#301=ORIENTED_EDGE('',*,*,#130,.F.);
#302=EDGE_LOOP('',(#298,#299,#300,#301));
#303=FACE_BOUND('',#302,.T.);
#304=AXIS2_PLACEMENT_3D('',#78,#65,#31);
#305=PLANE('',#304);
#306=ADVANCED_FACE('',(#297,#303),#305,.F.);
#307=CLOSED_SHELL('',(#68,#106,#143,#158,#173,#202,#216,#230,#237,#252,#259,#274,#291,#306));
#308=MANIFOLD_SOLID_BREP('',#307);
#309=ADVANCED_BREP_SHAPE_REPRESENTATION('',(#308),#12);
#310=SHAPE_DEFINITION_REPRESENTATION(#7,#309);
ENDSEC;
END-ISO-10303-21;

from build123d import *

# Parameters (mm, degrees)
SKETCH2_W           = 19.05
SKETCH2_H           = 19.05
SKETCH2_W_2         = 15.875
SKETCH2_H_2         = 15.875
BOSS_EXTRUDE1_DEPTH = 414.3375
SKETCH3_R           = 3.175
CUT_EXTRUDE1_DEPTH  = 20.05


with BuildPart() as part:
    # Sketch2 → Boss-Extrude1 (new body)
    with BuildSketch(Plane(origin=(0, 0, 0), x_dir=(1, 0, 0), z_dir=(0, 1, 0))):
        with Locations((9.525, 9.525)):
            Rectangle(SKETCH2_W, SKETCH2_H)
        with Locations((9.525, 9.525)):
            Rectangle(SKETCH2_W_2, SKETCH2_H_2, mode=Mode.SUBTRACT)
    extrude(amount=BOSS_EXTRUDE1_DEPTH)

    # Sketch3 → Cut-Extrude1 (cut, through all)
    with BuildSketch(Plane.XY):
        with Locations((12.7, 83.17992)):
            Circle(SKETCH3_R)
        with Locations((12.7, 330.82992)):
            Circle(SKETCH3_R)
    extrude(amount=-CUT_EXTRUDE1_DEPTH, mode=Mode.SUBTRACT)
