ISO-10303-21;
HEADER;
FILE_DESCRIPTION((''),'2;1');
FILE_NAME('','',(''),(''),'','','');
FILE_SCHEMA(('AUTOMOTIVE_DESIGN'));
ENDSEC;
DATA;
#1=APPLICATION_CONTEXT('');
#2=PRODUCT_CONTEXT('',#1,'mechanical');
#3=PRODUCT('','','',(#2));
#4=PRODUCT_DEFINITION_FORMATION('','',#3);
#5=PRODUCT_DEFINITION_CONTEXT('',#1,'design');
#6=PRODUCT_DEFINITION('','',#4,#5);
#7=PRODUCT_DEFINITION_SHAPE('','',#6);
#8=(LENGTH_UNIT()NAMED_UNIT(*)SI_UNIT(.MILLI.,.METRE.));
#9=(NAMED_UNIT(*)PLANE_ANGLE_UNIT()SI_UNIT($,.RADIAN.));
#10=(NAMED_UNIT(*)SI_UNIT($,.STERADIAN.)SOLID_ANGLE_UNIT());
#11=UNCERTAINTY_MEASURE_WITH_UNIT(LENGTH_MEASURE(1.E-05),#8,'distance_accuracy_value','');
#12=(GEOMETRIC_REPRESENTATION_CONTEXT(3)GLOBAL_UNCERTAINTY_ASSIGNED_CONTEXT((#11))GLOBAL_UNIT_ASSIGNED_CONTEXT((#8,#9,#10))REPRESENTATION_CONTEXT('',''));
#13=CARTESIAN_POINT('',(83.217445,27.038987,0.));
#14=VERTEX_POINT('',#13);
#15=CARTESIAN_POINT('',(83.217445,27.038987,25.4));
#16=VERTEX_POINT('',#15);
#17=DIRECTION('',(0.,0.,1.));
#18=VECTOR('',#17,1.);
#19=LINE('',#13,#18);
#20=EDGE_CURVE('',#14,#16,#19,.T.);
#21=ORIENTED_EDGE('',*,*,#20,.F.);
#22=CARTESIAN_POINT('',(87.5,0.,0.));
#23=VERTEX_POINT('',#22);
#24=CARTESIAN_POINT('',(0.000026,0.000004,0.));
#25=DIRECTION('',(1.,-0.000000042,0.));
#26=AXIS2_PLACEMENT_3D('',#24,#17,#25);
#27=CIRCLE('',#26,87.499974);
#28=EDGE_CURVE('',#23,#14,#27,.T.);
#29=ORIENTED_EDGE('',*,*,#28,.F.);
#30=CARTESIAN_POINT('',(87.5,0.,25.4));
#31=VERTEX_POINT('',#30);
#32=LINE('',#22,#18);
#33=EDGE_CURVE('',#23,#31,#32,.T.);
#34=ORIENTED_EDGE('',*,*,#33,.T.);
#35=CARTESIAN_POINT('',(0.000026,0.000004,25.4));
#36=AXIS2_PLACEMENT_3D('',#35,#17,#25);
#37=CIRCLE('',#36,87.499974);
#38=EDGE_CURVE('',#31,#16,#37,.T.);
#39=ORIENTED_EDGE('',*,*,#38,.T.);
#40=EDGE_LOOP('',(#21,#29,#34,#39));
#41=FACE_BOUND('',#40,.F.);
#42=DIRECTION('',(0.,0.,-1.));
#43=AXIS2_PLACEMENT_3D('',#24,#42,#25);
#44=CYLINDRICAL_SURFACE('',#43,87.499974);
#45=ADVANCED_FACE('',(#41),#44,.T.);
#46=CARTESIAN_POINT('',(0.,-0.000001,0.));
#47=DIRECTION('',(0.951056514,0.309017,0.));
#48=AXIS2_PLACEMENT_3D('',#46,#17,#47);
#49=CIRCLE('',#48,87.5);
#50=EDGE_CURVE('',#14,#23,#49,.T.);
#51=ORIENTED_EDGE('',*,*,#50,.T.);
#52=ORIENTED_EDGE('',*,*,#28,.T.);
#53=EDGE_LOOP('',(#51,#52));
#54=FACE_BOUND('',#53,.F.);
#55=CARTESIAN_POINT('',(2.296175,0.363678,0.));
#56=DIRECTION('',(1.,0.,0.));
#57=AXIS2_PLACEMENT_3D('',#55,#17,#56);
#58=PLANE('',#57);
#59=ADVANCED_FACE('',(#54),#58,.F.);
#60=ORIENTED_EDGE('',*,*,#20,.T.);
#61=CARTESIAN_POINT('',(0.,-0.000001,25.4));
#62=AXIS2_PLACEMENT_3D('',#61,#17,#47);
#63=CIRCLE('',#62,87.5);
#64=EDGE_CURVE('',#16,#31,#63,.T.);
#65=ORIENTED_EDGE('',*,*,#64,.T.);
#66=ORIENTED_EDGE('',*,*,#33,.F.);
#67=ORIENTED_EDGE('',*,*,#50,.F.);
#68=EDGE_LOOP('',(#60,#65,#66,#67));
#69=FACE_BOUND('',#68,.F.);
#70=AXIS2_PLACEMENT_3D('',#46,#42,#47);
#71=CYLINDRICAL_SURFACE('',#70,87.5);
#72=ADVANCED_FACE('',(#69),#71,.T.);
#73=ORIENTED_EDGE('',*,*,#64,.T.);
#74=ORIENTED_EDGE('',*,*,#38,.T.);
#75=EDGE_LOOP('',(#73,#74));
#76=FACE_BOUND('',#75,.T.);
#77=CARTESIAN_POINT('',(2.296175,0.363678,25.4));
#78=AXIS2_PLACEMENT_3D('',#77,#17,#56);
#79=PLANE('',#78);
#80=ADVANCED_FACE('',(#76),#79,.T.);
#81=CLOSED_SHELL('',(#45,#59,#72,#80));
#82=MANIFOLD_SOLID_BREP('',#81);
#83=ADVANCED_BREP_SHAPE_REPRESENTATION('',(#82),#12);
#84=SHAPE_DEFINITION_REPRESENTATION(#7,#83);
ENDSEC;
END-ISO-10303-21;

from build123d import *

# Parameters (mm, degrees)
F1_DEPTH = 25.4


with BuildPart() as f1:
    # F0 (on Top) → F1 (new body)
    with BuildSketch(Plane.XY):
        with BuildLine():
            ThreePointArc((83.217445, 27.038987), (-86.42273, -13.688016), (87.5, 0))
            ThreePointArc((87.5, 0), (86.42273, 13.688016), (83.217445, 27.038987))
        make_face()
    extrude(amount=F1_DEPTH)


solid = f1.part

--

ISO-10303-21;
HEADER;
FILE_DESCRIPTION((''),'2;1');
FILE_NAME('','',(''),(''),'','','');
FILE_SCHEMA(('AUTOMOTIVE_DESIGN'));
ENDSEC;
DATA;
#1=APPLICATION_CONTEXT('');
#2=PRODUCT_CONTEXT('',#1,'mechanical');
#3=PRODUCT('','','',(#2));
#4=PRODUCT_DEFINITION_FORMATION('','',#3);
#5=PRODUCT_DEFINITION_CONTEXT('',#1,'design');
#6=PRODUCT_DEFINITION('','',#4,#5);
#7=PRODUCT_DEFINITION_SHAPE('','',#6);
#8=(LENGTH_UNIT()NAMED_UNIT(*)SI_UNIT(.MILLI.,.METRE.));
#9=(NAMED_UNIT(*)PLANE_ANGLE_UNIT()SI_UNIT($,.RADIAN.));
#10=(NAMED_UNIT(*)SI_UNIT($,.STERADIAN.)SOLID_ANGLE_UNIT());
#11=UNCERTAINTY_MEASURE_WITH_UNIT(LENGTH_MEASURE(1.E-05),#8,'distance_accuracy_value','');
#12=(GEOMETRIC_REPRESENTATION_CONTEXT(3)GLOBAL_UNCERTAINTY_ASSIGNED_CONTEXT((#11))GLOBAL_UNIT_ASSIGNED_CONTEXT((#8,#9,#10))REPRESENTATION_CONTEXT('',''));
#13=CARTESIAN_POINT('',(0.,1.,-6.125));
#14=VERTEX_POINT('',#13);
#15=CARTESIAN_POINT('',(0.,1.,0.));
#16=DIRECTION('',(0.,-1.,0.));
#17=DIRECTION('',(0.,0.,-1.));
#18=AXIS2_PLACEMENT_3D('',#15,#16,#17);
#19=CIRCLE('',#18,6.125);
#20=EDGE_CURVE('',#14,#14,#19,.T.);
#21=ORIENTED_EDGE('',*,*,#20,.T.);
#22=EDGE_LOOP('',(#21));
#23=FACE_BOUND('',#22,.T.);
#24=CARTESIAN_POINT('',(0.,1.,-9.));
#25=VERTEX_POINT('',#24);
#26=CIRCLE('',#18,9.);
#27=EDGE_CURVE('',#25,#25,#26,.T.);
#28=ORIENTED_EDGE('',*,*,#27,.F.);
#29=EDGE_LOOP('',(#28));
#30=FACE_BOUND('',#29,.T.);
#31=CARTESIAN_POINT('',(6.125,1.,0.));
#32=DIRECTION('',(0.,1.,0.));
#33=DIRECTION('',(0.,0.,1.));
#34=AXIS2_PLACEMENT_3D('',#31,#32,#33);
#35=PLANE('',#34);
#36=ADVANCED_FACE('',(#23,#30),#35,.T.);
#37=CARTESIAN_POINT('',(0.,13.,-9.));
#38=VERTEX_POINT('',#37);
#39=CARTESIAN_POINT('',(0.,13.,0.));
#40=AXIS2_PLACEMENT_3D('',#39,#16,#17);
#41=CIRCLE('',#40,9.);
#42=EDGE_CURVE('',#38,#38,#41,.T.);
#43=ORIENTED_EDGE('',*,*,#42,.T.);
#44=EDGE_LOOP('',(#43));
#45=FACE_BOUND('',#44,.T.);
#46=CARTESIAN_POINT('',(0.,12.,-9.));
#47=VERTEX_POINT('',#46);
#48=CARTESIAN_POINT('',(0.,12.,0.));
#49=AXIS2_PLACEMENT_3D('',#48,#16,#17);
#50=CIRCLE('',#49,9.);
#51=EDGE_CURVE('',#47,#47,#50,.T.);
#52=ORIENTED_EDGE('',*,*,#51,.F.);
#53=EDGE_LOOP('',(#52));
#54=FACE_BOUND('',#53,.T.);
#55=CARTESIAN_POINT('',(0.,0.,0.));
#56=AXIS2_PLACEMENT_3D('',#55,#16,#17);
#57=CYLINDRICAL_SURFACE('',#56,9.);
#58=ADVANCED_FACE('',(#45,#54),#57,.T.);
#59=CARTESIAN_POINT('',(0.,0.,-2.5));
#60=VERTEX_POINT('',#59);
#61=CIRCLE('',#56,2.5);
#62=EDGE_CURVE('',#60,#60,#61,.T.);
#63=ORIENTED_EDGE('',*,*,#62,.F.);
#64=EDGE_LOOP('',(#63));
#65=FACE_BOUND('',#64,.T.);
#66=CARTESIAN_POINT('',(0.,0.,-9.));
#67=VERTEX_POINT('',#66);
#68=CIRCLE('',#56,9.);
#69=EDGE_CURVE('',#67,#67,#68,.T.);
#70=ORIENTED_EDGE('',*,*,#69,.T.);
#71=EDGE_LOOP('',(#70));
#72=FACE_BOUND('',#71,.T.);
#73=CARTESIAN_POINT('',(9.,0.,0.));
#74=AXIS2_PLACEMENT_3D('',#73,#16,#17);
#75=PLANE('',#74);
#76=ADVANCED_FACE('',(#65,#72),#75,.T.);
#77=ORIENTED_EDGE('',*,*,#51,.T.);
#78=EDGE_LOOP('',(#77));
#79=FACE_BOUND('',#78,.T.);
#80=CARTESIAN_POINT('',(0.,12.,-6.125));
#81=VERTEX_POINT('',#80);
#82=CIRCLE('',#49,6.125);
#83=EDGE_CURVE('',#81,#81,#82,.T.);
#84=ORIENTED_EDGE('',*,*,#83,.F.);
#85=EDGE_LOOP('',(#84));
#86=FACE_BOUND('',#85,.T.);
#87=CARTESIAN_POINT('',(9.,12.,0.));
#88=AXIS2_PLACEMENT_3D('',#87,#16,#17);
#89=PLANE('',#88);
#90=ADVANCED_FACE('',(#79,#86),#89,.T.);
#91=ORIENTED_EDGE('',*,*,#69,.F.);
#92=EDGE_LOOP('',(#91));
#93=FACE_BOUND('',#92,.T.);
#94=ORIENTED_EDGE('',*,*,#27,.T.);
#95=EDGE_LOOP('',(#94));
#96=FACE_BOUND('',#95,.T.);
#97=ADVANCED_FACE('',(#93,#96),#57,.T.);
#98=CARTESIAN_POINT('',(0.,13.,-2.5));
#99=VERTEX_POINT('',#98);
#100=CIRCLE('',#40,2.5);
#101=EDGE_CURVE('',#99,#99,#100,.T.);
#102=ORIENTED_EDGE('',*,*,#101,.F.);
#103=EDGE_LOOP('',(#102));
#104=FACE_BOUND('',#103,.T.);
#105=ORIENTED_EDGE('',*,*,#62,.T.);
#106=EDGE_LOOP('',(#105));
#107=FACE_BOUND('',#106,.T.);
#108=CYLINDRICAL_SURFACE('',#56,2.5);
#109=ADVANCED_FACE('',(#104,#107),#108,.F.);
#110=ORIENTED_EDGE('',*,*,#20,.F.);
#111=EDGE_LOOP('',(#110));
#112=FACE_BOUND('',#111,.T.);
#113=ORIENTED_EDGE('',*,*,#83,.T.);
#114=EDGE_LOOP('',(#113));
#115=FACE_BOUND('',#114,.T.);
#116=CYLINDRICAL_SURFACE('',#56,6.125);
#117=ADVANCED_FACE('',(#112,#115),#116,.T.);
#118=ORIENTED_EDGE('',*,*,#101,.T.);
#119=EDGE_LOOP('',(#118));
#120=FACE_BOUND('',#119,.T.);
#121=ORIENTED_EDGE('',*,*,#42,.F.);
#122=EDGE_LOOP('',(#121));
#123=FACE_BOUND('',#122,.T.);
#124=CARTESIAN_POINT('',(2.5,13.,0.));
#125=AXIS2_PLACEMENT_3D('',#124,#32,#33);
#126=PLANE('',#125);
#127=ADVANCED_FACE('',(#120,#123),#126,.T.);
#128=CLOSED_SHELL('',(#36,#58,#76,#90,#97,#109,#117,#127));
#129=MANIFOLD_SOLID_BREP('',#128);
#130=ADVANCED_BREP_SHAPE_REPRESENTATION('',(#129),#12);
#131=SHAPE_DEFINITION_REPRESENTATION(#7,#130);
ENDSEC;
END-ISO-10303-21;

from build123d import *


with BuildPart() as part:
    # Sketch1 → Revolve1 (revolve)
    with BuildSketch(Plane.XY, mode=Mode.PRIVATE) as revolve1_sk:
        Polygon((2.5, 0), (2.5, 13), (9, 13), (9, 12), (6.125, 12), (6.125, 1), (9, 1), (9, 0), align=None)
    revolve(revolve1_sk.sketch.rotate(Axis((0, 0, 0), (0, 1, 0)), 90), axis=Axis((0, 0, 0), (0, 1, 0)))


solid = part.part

◆ Required action ◆
The lines above that hold the word "DIRECTION" are the ones to copy.

◆ Final answer ◆
#17=DIRECTION('',(0.,0.,1.));
#25=DIRECTION('',(1.,-0.000000042,0.));
#42=DIRECTION('',(0.,0.,-1.));
#47=DIRECTION('',(0.951056514,0.309017,0.));
#56=DIRECTION('',(1.,0.,0.));
#16=DIRECTION('',(0.,-1.,0.));
#17=DIRECTION('',(0.,0.,-1.));
#32=DIRECTION('',(0.,1.,0.));
#33=DIRECTION('',(0.,0.,1.));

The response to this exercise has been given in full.